Why Graylog faster: Elasticsearch-first design optimizes for search speed. Wazuh adds security processing overhead (rule evaluation, enrichment).
Winner (search): Graylog delivers 3x faster queries for log investigation workflows.
Resource Usage Comparison
Both SIEMs consume significant resources. Graylog lighter footprint.
Memory usage (steady state):
| Component | Wazuh | Graylog |
|---|---|---|
| Server/Manager | 1.8 GB | 1.2 GB |
| Storage (Indexer/ES) | 3.2 GB | 2.4 GB |
| Database (N/A/MongoDB) | N/A | 0.6 GB |
| Total | 5.0 GB | 4.2 GB |
CPU usage (during log ingestion - 10K events/second):
- Wazuh Manager: 24% CPU (4 cores)
- Graylog Server: 18% CPU (4 cores)
Disk I/O (write performance):
- Wazuh Indexer: 45 MB/s sustained writes
- Elasticsearch (Graylog): 38 MB/s sustained writes
- MongoDB (Graylog): 12 MB/s (metadata only)

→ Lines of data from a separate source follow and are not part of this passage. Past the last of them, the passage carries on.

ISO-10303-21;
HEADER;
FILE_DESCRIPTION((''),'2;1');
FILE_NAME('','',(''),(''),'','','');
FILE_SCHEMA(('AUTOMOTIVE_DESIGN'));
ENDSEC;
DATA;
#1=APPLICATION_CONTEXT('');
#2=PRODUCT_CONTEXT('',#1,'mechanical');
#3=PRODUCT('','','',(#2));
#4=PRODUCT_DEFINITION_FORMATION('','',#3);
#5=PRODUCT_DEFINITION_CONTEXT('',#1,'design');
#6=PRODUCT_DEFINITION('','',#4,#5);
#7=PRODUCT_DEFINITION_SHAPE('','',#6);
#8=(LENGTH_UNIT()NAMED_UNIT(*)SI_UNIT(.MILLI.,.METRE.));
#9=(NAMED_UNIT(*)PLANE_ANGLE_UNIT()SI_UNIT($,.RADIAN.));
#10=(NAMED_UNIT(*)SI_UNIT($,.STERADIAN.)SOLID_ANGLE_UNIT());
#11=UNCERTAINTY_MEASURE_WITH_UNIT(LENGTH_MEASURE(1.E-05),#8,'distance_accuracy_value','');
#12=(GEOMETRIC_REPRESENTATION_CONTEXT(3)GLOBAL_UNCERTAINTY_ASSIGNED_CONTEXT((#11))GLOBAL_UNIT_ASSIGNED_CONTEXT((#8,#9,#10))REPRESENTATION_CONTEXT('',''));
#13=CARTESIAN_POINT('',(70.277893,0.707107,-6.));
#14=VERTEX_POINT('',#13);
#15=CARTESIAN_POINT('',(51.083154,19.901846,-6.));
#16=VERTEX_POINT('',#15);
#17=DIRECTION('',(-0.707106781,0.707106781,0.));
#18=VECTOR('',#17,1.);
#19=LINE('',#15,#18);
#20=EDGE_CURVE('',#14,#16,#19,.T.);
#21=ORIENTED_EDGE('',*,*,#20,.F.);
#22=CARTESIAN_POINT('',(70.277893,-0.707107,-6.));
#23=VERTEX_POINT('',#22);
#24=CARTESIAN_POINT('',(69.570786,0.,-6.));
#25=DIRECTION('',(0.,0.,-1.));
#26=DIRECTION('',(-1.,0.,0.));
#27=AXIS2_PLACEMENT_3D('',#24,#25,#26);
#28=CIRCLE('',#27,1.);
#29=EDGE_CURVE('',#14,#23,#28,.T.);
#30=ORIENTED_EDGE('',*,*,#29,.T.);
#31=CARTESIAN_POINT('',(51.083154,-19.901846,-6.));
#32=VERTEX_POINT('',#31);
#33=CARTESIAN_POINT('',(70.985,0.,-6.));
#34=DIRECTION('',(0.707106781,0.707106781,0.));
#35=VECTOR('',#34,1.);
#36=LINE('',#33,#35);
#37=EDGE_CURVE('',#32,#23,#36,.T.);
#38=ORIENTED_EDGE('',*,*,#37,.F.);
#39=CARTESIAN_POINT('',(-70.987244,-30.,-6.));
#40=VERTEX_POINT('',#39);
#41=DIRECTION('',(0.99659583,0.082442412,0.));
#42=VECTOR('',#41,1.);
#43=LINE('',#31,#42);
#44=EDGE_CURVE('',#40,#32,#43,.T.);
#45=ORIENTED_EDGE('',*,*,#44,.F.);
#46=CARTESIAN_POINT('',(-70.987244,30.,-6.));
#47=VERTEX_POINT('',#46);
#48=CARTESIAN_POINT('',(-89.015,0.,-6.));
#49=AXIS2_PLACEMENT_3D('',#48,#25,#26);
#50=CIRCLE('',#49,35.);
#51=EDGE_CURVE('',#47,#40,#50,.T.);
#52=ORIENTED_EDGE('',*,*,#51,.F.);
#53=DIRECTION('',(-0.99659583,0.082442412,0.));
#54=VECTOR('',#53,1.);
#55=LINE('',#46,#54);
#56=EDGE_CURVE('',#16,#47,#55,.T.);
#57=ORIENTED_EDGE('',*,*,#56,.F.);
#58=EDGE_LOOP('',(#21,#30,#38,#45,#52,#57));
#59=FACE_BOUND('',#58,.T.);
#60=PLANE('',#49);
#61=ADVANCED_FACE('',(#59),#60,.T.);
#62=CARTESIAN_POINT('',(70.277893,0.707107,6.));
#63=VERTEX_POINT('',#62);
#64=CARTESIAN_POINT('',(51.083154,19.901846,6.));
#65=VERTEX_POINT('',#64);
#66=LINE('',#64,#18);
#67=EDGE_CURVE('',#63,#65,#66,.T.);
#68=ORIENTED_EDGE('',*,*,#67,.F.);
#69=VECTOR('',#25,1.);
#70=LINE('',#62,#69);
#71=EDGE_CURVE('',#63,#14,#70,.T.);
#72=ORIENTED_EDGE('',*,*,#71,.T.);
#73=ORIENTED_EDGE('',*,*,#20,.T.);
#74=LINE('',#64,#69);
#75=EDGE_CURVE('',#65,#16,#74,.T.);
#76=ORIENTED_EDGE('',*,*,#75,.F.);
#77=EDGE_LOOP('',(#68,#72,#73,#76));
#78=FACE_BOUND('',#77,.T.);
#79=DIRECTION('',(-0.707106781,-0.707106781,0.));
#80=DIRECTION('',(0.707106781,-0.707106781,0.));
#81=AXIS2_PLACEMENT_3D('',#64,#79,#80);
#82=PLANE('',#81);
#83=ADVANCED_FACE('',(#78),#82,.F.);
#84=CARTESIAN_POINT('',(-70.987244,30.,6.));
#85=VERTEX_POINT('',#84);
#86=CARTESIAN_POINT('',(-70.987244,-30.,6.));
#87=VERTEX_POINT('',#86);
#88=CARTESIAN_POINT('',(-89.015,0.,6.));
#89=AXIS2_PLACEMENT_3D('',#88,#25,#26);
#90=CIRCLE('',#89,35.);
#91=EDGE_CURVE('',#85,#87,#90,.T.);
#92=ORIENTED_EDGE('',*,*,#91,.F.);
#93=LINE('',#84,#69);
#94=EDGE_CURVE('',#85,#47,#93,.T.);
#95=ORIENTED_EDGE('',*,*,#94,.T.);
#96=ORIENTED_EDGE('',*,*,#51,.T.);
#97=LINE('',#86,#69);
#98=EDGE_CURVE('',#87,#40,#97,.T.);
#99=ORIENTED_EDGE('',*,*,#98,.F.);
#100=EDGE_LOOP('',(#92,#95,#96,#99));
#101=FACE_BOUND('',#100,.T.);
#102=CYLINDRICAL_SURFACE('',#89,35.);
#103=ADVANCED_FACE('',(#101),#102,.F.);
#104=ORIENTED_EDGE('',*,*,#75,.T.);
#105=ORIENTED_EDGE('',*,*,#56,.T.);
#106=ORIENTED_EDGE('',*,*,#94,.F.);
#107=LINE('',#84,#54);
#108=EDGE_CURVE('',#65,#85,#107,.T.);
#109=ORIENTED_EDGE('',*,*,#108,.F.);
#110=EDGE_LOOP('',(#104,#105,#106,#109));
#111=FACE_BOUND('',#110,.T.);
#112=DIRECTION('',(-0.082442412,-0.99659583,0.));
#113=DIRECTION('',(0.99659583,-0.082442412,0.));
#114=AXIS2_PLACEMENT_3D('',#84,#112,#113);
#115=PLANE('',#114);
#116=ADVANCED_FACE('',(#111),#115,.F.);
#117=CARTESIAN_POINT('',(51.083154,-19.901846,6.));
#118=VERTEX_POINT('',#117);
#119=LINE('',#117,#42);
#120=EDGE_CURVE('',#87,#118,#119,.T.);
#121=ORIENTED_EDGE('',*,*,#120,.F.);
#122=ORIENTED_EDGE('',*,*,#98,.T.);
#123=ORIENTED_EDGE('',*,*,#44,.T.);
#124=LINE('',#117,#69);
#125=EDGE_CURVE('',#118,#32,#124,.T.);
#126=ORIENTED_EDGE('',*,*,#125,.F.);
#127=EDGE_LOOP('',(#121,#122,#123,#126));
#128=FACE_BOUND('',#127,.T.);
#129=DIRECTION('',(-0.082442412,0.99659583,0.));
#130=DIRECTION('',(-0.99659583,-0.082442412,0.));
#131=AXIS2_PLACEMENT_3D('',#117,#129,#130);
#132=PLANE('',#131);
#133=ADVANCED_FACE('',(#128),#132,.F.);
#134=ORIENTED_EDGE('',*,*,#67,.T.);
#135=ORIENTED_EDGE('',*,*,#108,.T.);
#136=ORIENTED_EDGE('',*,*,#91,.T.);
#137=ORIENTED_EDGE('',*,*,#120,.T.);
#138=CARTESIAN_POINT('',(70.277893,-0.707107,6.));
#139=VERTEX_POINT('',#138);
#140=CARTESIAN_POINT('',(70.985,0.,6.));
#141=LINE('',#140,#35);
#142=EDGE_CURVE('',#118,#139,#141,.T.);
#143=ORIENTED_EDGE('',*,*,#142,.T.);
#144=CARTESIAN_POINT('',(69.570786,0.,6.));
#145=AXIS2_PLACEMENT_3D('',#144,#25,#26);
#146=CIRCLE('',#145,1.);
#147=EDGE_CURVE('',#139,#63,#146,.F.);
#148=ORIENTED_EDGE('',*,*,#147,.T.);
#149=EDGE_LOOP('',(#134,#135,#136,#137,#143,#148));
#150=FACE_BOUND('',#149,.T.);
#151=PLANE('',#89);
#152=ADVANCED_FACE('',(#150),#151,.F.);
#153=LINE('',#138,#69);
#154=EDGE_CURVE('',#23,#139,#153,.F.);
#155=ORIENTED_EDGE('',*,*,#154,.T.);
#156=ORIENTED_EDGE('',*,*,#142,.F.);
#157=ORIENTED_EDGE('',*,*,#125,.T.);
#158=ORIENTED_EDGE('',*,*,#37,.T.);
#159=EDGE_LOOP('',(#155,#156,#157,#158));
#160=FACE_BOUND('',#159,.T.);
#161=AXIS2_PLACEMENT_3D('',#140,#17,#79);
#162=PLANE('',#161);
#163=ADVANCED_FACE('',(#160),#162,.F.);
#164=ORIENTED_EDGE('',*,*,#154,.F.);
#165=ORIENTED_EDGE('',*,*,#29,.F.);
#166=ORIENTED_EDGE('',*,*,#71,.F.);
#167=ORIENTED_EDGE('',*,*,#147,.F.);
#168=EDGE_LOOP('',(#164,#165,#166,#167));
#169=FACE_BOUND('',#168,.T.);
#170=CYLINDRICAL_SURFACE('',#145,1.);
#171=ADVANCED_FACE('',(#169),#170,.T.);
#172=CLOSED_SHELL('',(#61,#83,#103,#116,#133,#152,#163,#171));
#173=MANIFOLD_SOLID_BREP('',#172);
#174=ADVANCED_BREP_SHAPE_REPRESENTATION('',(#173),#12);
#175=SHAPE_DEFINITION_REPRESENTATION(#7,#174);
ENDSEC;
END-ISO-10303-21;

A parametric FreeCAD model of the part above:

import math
import FreeCAD as App
import Part
import Sketcher
from FreeCAD import Vector
Q = App.Units.Quantity


def edges_at(feature, points):
    """Names of the edges that pass closest to the given points."""
    edges = feature.Shape.Edges
    near = lambda p: min(range(len(edges)), key=lambda i: edges[i].distToShape(Part.Vertex(*p))[0])
    return sorted({f"Edge{near(p) + 1}" for p in points})

doc = App.newDocument("Part")
params = doc.addObject("Spreadsheet::Sheet", "Params")
for row, (alias, value) in enumerate([
    ("sketch1_radius", "35 mm"),
    ("pad1_length", "12 mm"),
    ("fillet_radius", "1 mm"),
], start=1):
    params.set(f"A{row}", alias)
    params.set(f"B{row}", "=" + value)
    params.setAlias(f"B{row}", alias)

body = doc.addObject("PartDesign::Body", "Body")

# Sketch on XY plane
sketch1 = body.newObject("Sketcher::SketchObject", "Sketch")
sketch1.AttachmentSupport = (doc.getObject("XY_Plane"), [""])
sketch1.MapMode = "FlatFace"
sketch1.addGeometry(Part.LineSegment(Vector(-71, -30, 0), Vector(51, -20, 0)), False)
sketch1.addGeometry(Part.LineSegment(Vector(51, -20, 0), Vector(71, 0, 0)), False)
sketch1.addGeometry(Part.LineSegment(Vector(71, 0, 0), Vector(51, 20, 0)), False)
sketch1.addGeometry(Part.LineSegment(Vector(51, 20, 0), Vector(-71, 30, 0)), False)
sketch1.addGeometry(Part.ArcOfCircle(Part.Circle(Vector(-89, 0, 0), Vector(0, 0, 1), 35), math.radians(-59), math.radians(59)), False)
sketch1.addConstraint(Sketcher.Constraint("Coincident", 0, 2, 1, 1))
sketch1.addConstraint(Sketcher.Constraint("Coincident", 1, 2, 2, 1))
sketch1.addConstraint(Sketcher.Constraint("Coincident", 2, 2, 3, 1))
sketch1.addConstraint(Sketcher.Constraint("Coincident", 3, 2, 4, 2))
sketch1.addConstraint(Sketcher.Constraint("Coincident", 4, 1, 0, 1))
sketch1.addConstraint(Sketcher.Constraint("Symmetric", 0, 2, 2, 2, -1))
sketch1.addConstraint(Sketcher.Constraint("Symmetric", 3, 2, 4, 1, -1))
sketch1.addConstraint(Sketcher.Constraint("PointOnObject", 1, 2, -1))
sketch1.addConstraint(Sketcher.Constraint("Perpendicular", 1, 2))
sketch1.addConstraint(Sketcher.Constraint("Radius", 4, Q("35 mm")))
sketch1.addConstraint(Sketcher.Constraint("DistanceY", -1, 1, 3, 2, Q("30 mm")))
sketch1.addConstraint(Sketcher.Constraint("DistanceX", 4, 3, 1, 2, Q("160 mm")))
sketch1.addConstraint(Sketcher.Constraint("DistanceX", 4, 3, -1, 1, Q("89.015 mm")))
sketch1.addConstraint(Sketcher.Constraint("Distance", 1, Q("28.145461 mm")))
sketch1.setExpression("Constraints[9]", "Params.sketch1_radius")
pad1 = body.newObject("PartDesign::Pad", "Pad")
pad1.Profile = sketch1
pad1.setExpression("Length", "Params.pad1_length")
pad1.Midplane = True
doc.recompute()

fillet = body.newObject("PartDesign::Fillet", "Fillet")
fillet.Base = (pad1, edges_at(pad1, [(70.985, 0, 0)]))
fillet.setExpression("Radius", "Params.fillet_radius")

doc.recompute()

Storage growth rate (47 hosts):
- Wazuh: 4.7 GB/day (compressed logs + indices)
- Graylog: 3.9 GB/day (Elasticsearch indices only)
Winner (resources): Graylog uses 16% less memory and 17% less disk space.
Integration: Custom Python Automation
Both SIEMs expose REST APIs for automation. I built Python scripts to automate alert enrichment and response.
Wazuh API example (alert query):
import requests
from requests.auth import HTTPBasicAuth
WAZUH_API = "https://wazuh-manager:55000"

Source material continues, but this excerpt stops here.